- About this exercise
Needed from the data below: all lines that contain the word "SUBTRACT".

- Entries supplied
**********

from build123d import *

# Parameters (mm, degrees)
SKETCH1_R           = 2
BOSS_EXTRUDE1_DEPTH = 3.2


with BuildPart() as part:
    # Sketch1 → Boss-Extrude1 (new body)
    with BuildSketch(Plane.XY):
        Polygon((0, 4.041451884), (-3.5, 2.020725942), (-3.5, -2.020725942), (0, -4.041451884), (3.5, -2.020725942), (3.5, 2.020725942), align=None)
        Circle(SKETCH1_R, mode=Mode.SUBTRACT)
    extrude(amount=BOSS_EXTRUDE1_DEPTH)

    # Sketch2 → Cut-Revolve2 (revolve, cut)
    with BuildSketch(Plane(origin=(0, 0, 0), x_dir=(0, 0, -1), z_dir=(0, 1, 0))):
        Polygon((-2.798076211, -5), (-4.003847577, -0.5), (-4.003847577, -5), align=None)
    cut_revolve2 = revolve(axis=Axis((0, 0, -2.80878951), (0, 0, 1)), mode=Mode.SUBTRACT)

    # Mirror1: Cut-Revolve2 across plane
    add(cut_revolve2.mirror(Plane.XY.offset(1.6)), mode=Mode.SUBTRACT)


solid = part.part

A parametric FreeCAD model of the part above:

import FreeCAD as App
import Part
import Sketcher
from FreeCAD import Vector
Q = App.Units.Quantity


def add_polygon(sketch, points):
    """Adds a closed chain of lines whose ends are joined by coincident constraints."""
    first, n = sketch.GeometryCount, len(points)
    for a, b in zip(points, points[1:] + points[:1]):
        sketch.addGeometry(Part.LineSegment(App.Vector(*a, 0), App.Vector(*b, 0)), False)
    for i in range(n):
        sketch.addConstraint(Sketcher.Constraint("Coincident", first + i, 2, first + (i + 1) % n, 1))

doc = App.newDocument("Part")
body = doc.addObject("PartDesign::Body", "Body")

# Sketch on XY plane
sketch1 = doc.addObject("Sketcher::SketchObject", "Sketch")
body.addObject(sketch1)
sketch1.AttachmentSupport = (doc.XY_Plane, [""])
sketch1.MapMode = "FlatFace"
add_polygon(sketch1, [(0, 4), (-3.5, 2), (-3.5, -2), (0, -4), (3.5, -2), (3.5, 2)])  # lines 0-5
sketch1.addGeometry(Part.Circle(Vector(0, 0, 0), Vector(0, 0, 1), 2), False)  # 6
sketch1.addConstraint([
    Sketcher.Constraint("Vertical", 1),
    Sketcher.Constraint("Vertical", 4),
    Sketcher.Constraint("Coincident", 6, 3, -1, 1),
    Sketcher.Constraint("Symmetric", 0, 2, 3, 2, -1, 1),
    Sketcher.Constraint("Symmetric", 2, 2, 5, 2, -1, 1),
    Sketcher.Constraint("PointOnObject", 2, 2, -2),
    Sketcher.Constraint("Parallel", 2, 5),
    Sketcher.Constraint("Horizontal", 1, 2, 3, 2),
    Sketcher.Constraint("Diameter", 6, Q("4 mm")),
    Sketcher.Constraint("Angle", 0, Q("-150 deg")),
    Sketcher.Constraint("DistanceX", 1, 2, 3, 2, Q("7 mm")),
    Sketcher.Constraint("DistanceY", 1, 2, 1, 1, Q("4.041452 mm")),
])
pad1 = doc.addObject("PartDesign::Pad", "Pad")
body.addObject(pad1)
pad1.Profile = sketch1
pad1.Length = 3.2

# Sketch on XZ plane
sketch2 = doc.addObject("Sketcher::SketchObject", "Sketch001")
body.addObject(sketch2)
sketch2.AttachmentSupport = (doc.XZ_Plane, [""])
sketch2.MapMode = "FlatFace"
add_polygon(sketch2, [(5, 2.8), (0.5, 4), (5, 4)])  # lines 0-2
sketch2.addConstraint([
    Sketcher.Constraint("Horizontal", 1),
    Sketcher.Constraint("Vertical", 2),
    Sketcher.Constraint("Angle", 0, Q("165 deg")),
    Sketcher.Constraint("DistanceX", 1, 1, 1, 2, Q("4.5 mm")),
    Sketcher.Constraint("DistanceX", -1, 1, 1, 2, Q("5 mm")),
    Sketcher.Constraint("DistanceY", -1, 1, 0, 2, Q("4.003848 mm")),
])
groove = doc.addObject("PartDesign::Groove", "Groove")
body.addObject(groove)
groove.Profile = sketch2
groove.ReferenceAxis = (sketch2, ["V_Axis"])
groove.Angle = 360
doc.recompute()

datumplane = doc.addObject("PartDesign::Plane", "DatumPlane")
body.addObject(datumplane)
datumplane.AttachmentSupport = (doc.XY_Plane, [""])
datumplane.MapMode = "FlatFace"
datumplane.AttachmentOffset = App.Placement(Vector(0, 0, 1.6), App.Rotation())
mirrored = doc.addObject("PartDesign::Mirrored", "Mirrored")
body.addObject(mirrored)
mirrored.Originals = [groove]
mirrored.MirrorPlane = (datumplane, [""])
body.Tip = mirrored

doc.recompute()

**********

- Written response
        Circle(SKETCH1_R, mode=Mode.SUBTRACT)
    cut_revolve2 = revolve(axis=Axis((0, 0, -2.80878951), (0, 0, 1)), mode=Mode.SUBTRACT)
    add(cut_revolve2.mirror(Plane.XY.offset(1.6)), mode=Mode.SUBTRACT)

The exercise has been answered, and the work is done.